RE: [xmca] Wells article

From: Worthen, Helena Harlow <hworthen who-is-at ad.uiuc.edu>
Date: Mon Oct 01 2007 - 12:41:40 PDT

Hello, xmca:

I'll take a shot at the Wells article, as usual, from the point of view
of a labor educator.

As I read it, he's distinguishing between the use of language as
"ancillary" to an activity and the use of language that actually
constitutes what participants are doing. When people use language to
coordinate activity, that's "ancillary." When the thing that has to "get
done" is itself made out of language (he gives the example of a meeting
with an agenda and agreed-upon decisions to be made - p. 167) then
that's "constitutive discoursing," the co-construction of "possible
worlds" (he references Bruner). However, he's saying, this distinction
has already been made (by Halliday). Wells then says that the
distinction between the two is not always clear, because people may be
co-constructing with different goals in mind. He lists some examples of
different goals in the middle of page 173.

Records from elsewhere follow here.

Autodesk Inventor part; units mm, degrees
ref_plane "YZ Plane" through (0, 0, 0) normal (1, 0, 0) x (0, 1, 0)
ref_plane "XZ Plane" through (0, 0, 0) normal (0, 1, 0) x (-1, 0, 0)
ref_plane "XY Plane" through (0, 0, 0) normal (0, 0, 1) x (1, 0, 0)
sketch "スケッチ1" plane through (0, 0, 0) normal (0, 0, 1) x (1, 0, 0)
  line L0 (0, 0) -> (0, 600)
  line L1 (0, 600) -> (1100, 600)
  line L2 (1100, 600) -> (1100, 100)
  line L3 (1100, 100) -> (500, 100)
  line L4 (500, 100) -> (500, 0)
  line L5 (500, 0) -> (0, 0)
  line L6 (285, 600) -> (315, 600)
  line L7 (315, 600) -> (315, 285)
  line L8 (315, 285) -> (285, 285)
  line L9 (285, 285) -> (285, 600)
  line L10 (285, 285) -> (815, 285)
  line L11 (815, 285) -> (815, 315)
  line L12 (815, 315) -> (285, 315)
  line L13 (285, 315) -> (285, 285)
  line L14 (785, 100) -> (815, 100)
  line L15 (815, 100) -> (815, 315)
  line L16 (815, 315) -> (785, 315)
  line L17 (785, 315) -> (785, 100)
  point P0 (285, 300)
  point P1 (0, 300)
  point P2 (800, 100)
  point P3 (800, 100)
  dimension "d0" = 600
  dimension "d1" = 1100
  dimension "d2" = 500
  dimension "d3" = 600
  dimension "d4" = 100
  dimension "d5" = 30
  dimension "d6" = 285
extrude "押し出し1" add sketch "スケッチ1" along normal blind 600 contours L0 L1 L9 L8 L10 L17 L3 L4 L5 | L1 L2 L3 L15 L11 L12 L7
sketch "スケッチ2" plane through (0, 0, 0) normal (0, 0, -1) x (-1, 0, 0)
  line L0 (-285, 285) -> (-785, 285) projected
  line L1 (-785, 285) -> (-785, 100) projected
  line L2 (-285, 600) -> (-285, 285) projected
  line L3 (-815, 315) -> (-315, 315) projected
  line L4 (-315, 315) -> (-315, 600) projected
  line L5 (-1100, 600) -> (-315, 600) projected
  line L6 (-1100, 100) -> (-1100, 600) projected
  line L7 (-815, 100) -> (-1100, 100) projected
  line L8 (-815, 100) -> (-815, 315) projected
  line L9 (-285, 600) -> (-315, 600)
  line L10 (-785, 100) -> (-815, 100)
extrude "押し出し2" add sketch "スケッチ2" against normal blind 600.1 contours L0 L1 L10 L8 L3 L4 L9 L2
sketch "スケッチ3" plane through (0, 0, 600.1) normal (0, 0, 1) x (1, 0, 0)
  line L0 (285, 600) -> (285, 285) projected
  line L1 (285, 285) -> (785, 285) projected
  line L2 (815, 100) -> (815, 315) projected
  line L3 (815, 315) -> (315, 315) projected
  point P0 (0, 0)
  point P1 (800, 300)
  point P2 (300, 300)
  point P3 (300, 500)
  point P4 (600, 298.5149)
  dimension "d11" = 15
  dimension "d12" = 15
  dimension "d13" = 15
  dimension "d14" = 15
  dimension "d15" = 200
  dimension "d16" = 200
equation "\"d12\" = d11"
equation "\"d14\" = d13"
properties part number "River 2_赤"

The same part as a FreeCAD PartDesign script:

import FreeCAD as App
import Part
import Sketcher
from FreeCAD import Vector

doc = App.newDocument("Part")
body = doc.addObject("PartDesign::Body", "Body")
body.AllowCompound = True

# Sketch on XY plane
sketch1 = body.newObject("Sketcher::SketchObject", "Sketch")
sketch1.AttachmentSupport = (doc.getObject("XY_Plane"), [""])
sketch1.MapMode = "FlatFace"
sketch1.addGeometry([
    Part.LineSegment(Vector(0, 600, 0), Vector(0, 0, 0)),  # 0
    Part.LineSegment(Vector(0, 0, 0), Vector(500, 0, 0)),  # 1
    Part.LineSegment(Vector(500, 0, 0), Vector(500, 100, 0)),  # 2
    Part.LineSegment(Vector(500, 100, 0), Vector(785, 100, 0)),  # 3
    Part.LineSegment(Vector(785, 100, 0), Vector(785, 285, 0)),  # 4
    Part.LineSegment(Vector(785, 285, 0), Vector(285, 285, 0)),  # 5
    Part.LineSegment(Vector(285, 285, 0), Vector(285, 600, 0)),  # 6
    Part.LineSegment(Vector(285, 600, 0), Vector(0, 600, 0)),  # 7
    Part.LineSegment(Vector(1100, 600, 0), Vector(315, 600, 0)),  # 8
    Part.LineSegment(Vector(315, 600, 0), Vector(315, 315, 0)),  # 9
    Part.LineSegment(Vector(315, 315, 0), Vector(815, 315, 0)),  # 10
    Part.LineSegment(Vector(815, 315, 0), Vector(815, 100, 0)),  # 11
    Part.LineSegment(Vector(815, 100, 0), Vector(1100, 100, 0)),  # 12
    Part.LineSegment(Vector(1100, 100, 0), Vector(1100, 600, 0)),  # 13
], False)
sketch1.addConstraint([
    Sketcher.Constraint("Coincident", 0, 2, 1, 1),
    Sketcher.Constraint("Coincident", 1, 2, 2, 1),
    Sketcher.Constraint("Coincident", 2, 2, 3, 1),
    Sketcher.Constraint("Coincident", 3, 2, 4, 1),
    Sketcher.Constraint("Coincident", 4, 2, 5, 1),
    Sketcher.Constraint("Coincident", 5, 2, 6, 1),
    Sketcher.Constraint("Coincident", 6, 2, 7, 1),
    Sketcher.Constraint("Coincident", 7, 2, 0, 1),
    Sketcher.Constraint("Coincident", 8, 2, 9, 1),
    Sketcher.Constraint("Coincident", 9, 2, 10, 1),
    Sketcher.Constraint("Coincident", 10, 2, 11, 1),
    Sketcher.Constraint("Coincident", 11, 2, 12, 1),
    Sketcher.Constraint("Coincident", 12, 2, 13, 1),
    Sketcher.Constraint("Coincident", 13, 2, 8, 1),
    Sketcher.Constraint("Vertical", 0),
    Sketcher.Constraint("Horizontal", 1),
    Sketcher.Constraint("Vertical", 2),
    Sketcher.Constraint("Horizontal", 3),
    Sketcher.Constraint("Vertical", 4),
    Sketcher.Constraint("Horizontal", 5),
    Sketcher.Constraint("Vertical", 6),
    Sketcher.Constraint("Horizontal", 7),
    Sketcher.Constraint("Horizontal", 8),
    Sketcher.Constraint("Vertical", 9),
    Sketcher.Constraint("Horizontal", 10),
    Sketcher.Constraint("Vertical", 11),
    Sketcher.Constraint("Horizontal", 12),
    Sketcher.Constraint("Vertical", 13),
    Sketcher.Constraint("Coincident", 0, 2, -1, 1),
    Sketcher.Constraint("Horizontal", 7, 2, 8, 2),
    Sketcher.Constraint("Horizontal", 3, 2, 11, 2),
    Sketcher.Constraint("Equal", 1, 5),
    Sketcher.Constraint("Equal", 5, 10),
    Sketcher.Constraint("Equal", 7, 12),
    Sketcher.Constraint("Equal", 12, 9),
    Sketcher.Constraint("Equal", 10, 13),
    Sketcher.Constraint("DistanceX", 1, 1, 1, 2, 500.0),
    Sketcher.Constraint("DistanceX", 3, 1, 3, 2, 285.0),
    Sketcher.Constraint("DistanceY", 0, 2, 0, 1, 600.0),
    Sketcher.Constraint("DistanceY", -1, 1, 4, 2, 285.0),
    Sketcher.Constraint("DistanceX", -1, 1, 12, 2, 1100.0),
])
pad1 = body.newObject("PartDesign::Pad", "Pad")
pad1.Profile = sketch1
pad1.Length = 600

# Sketch on XY plane
sketch2 = body.newObject("Sketcher::SketchObject", "Sketch001")
sketch2.AttachmentSupport = (doc.getObject("XY_Plane"), [""])
sketch2.MapMode = "FlatFace"
sketch2.addGeometry([
    Part.LineSegment(Vector(785, 285, 0), Vector(285, 285, 0)),  # 0
    Part.LineSegment(Vector(285, 285, 0), Vector(285, 600, 0)),  # 1
    Part.LineSegment(Vector(285, 600, 0), Vector(315, 600, 0)),  # 2
    Part.LineSegment(Vector(315, 600, 0), Vector(315, 315, 0)),  # 3
    Part.LineSegment(Vector(315, 315, 0), Vector(815, 315, 0)),  # 4
    Part.LineSegment(Vector(815, 315, 0), Vector(815, 100, 0)),  # 5
    Part.LineSegment(Vector(815, 100, 0), Vector(785, 100, 0)),  # 6
    Part.LineSegment(Vector(785, 100, 0), Vector(785, 285, 0)),  # 7
], False)
sketch2.addConstraint([
    Sketcher.Constraint("Coincident", 0, 2, 1, 1),
    Sketcher.Constraint("Coincident", 1, 2, 2, 1),
    Sketcher.Constraint("Coincident", 2, 2, 3, 1),
    Sketcher.Constraint("Coincident", 3, 2, 4, 1),
    Sketcher.Constraint("Coincident", 4, 2, 5, 1),
    Sketcher.Constraint("Coincident", 5, 2, 6, 1),
    Sketcher.Constraint("Coincident", 6, 2, 7, 1),
    Sketcher.Constraint("Coincident", 7, 2, 0, 1),
    Sketcher.Constraint("Horizontal", 0),
    Sketcher.Constraint("Vertical", 1),
    Sketcher.Constraint("Horizontal", 2),
    Sketcher.Constraint("Vertical", 3),
    Sketcher.Constraint("Horizontal", 4),
    Sketcher.Constraint("Vertical", 5),
    Sketcher.Constraint("Horizontal", 6),
    Sketcher.Constraint("Vertical", 7),
    Sketcher.Constraint("Equal", 0, 4),
    Sketcher.Constraint("DistanceX", 0, 2, 0, 1, 500.0),
    Sketcher.Constraint("DistanceX", 2, 1, 2, 2, 30.0),
    Sketcher.Constraint("DistanceY", 1, 1, 1, 2, 315.0),
    Sketcher.Constraint("DistanceY", 3, 2, 3, 1, 285.0),
    Sketcher.Constraint("DistanceY", 5, 2, 5, 1, 215.0),
    Sketcher.Constraint("DistanceX", -1, 1, 0, 2, 285.0),
    Sketcher.Constraint("DistanceY", -1, 1, 0, 2, 285.0),
])
pad2 = body.newObject("PartDesign::Pad", "Pad001")
pad2.Profile = sketch2
pad2.Length = 600.1

doc.recompute()
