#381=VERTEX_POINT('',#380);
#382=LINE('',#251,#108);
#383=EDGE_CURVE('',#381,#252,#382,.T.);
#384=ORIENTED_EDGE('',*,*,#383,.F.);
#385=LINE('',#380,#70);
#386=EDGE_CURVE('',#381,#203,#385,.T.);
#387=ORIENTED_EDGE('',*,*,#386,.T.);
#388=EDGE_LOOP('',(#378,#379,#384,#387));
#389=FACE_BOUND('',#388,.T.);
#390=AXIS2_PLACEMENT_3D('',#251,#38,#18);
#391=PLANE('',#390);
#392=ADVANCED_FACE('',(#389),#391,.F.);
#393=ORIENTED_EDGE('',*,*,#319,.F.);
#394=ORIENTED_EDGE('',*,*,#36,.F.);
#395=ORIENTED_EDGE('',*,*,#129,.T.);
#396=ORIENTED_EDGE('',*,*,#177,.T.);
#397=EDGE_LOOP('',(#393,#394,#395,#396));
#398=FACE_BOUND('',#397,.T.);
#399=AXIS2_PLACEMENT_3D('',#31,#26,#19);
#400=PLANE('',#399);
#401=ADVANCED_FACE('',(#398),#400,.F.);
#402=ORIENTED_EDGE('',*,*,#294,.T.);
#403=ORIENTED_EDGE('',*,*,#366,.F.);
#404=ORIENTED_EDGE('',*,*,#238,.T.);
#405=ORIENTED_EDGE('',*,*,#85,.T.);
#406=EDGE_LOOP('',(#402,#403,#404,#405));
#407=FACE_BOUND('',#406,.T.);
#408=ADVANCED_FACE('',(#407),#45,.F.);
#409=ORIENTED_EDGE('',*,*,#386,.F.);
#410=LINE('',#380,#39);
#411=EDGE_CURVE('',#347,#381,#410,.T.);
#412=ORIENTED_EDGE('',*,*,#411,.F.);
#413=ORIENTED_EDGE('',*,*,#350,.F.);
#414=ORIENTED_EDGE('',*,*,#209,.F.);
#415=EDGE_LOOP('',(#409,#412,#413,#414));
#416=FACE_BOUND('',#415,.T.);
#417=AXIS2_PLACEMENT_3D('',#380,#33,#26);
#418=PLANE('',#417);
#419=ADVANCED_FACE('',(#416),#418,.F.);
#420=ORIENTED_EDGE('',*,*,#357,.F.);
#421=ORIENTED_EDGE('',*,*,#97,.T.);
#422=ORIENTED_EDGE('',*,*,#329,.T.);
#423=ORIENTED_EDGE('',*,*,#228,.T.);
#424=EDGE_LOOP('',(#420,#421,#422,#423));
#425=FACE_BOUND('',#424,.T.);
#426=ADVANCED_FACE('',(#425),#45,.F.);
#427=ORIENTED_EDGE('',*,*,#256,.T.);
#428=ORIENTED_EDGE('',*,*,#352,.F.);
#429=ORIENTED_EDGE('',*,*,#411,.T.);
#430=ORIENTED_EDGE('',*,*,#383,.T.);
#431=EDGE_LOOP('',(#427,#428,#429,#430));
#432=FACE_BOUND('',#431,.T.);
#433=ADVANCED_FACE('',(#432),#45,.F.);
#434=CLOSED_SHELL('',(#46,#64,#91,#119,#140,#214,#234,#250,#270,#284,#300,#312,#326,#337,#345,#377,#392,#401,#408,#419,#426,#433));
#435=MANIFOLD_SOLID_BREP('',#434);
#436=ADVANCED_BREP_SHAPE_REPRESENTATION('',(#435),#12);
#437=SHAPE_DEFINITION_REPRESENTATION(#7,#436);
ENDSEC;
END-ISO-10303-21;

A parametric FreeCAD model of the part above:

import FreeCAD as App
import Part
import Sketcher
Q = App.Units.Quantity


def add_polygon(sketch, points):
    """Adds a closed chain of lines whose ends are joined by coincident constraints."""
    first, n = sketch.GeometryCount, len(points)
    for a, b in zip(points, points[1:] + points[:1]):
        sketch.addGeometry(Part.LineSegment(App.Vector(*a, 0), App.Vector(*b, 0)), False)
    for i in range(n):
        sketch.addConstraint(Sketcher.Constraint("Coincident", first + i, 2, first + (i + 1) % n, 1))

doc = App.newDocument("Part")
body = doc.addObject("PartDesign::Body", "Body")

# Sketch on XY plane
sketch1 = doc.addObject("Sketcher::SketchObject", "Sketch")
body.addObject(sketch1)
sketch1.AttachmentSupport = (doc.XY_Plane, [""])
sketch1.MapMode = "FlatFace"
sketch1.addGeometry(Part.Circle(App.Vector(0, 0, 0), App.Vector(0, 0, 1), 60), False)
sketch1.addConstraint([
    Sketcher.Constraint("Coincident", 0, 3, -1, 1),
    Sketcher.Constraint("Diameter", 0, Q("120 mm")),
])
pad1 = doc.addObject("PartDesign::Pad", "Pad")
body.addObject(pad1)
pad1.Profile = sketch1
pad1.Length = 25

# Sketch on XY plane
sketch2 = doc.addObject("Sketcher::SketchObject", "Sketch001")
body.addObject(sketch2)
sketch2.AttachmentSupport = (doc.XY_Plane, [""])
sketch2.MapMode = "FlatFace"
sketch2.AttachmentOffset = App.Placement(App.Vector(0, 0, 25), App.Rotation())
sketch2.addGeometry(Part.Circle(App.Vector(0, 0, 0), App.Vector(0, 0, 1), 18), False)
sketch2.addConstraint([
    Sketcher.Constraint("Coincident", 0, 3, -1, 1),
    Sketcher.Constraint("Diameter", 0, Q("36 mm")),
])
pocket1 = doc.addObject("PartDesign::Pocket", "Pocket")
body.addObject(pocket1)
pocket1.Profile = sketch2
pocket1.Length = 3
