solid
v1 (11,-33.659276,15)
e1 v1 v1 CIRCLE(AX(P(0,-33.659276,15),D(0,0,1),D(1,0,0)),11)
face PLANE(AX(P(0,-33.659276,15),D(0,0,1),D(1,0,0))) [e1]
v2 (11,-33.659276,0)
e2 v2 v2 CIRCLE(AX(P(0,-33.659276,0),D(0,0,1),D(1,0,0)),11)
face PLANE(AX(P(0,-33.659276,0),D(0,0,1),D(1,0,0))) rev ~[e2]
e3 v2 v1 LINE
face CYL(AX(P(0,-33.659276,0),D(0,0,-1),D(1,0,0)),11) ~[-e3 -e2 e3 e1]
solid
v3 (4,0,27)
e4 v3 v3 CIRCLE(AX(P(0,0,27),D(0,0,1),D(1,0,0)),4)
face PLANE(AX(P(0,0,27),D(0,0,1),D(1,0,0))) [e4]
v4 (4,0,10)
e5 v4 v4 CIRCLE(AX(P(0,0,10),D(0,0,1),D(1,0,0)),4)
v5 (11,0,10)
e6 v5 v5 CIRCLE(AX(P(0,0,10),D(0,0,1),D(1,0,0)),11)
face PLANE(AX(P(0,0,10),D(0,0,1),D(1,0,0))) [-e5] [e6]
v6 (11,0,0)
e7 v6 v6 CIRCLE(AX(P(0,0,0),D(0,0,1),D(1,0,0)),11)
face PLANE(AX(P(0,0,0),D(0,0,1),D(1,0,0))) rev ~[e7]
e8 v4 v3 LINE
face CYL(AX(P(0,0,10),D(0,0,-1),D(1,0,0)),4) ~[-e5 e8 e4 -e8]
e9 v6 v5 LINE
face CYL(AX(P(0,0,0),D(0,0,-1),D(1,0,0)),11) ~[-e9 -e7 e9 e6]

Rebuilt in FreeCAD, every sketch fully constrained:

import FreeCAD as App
import Part
import Sketcher

V = App.Vector
Q = App.Units.Quantity

doc = App.newDocument("Part")
body = doc.addObject("PartDesign::Body", "Body")

# Sketch on XY plane
sketch1 = doc.addObject("Sketcher::SketchObject", "Sketch")
body.addObject(sketch1)
sketch1.AttachmentSupport = (doc.XY_Plane, [""])
sketch1.MapMode = "FlatFace"
sketch1.addGeometry(Part.Circle(V(0, 0, 0), V(0, 0, 1), 11), False)
sketch1.addConstraint(Sketcher.Constraint("Coincident", 0, 3, -1, 1))
sketch1.addConstraint(Sketcher.Constraint("Diameter", 0, Q("22 mm")))
pad1 = doc.addObject("PartDesign::Pad", "Pad")
body.addObject(pad1)
pad1.Profile = sketch1
pad1.Length = 10

# Sketch on XY plane
sketch2 = doc.addObject("Sketcher::SketchObject", "Sketch001")
body.addObject(sketch2)
sketch2.AttachmentSupport = (doc.XY_Plane, [""])
sketch2.MapMode = "FlatFace"
sketch2.AttachmentOffset = App.Placement(V(0, 0, 10), App.Rotation())
sketch2.addGeometry(Part.Circle(V(0, 0, 0), V(0, 0, 1), 4), False)
sketch2.addConstraint(Sketcher.Constraint("Coincident", 0, 3, -1, 1))
sketch2.addConstraint(Sketcher.Constraint("Diameter", 0, Q("8 mm")))
pad2 = doc.addObject("PartDesign::Pad", "Pad001")
body.addObject(pad2)
pad2.Profile = sketch2
pad2.Length = 17
body2 = doc.addObject("PartDesign::Body", "Body001")

# Sketch on XY plane
sketch3 = doc.addObject("Sketcher::SketchObject", "Sketch002")
body2.addObject(sketch3)
sketch3.AttachmentSupport = (doc.getObject("XY_Plane001"), [""])
sketch3.MapMode = "FlatFace"
sketch3.addGeometry(Part.Circle(V(0, -34, 0), V(0, 0, 1), 11), False)
sketch3.addConstraint(Sketcher.Constraint("PointOnObject", 0, 3, -2))
sketch3.addConstraint(Sketcher.Constraint("Diameter", 0, Q("22 mm")))
sketch3.addConstraint(Sketcher.Constraint("DistanceY", 0, 3, -1, 1, Q("33.659276 mm")))
pad3 = doc.addObject("PartDesign::Pad", "Pad002")
body2.addObject(pad3)
pad3.Profile = sketch3
pad3.Length = 15

doc.recompute()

At this point, I am thinking that Wells is right but I'd like him to
give an example where people are co-constructing something but have more
strikingly different goals in mind -- goals more different than the
goals of a trio of researchers observing their own discoursing or even
than the goals of a teacher and three students in a busy classroom.

Of course I was reading this article keeping in mind the co-constructive
constitutive discoursing that takes place when workers and employers
bargain a contract. The contract is an example of a "possible world." It
is built up bit by bit over the years, written down and enforced through
yards and yards, miles and miles of talk. In fact, both the contract and
the process by which it is negotiated are negotiated. But most helpful
of all to me, as I try to understand what is actually happening when
people negotiate their conditions of work, was Wells' point that(p 174)
the "the participants are not interchangeable." Constitutive
discoursing (the co-creation of something through language) is
characterized by participants in an itneraction who are not
interchangeable. It is the different perspectives of the parties to the
negotiation that make the co-construction of something possible.

I'm not convinced that the word "discoursing" is going to get into
popular use. It may be that Wells doesn't expect it to go much further
himself; in fact, he could be putting forth this term ironically, since
by the end of the article he appears to have pulled the plug on the
notion that discoursing is an activity in its own right.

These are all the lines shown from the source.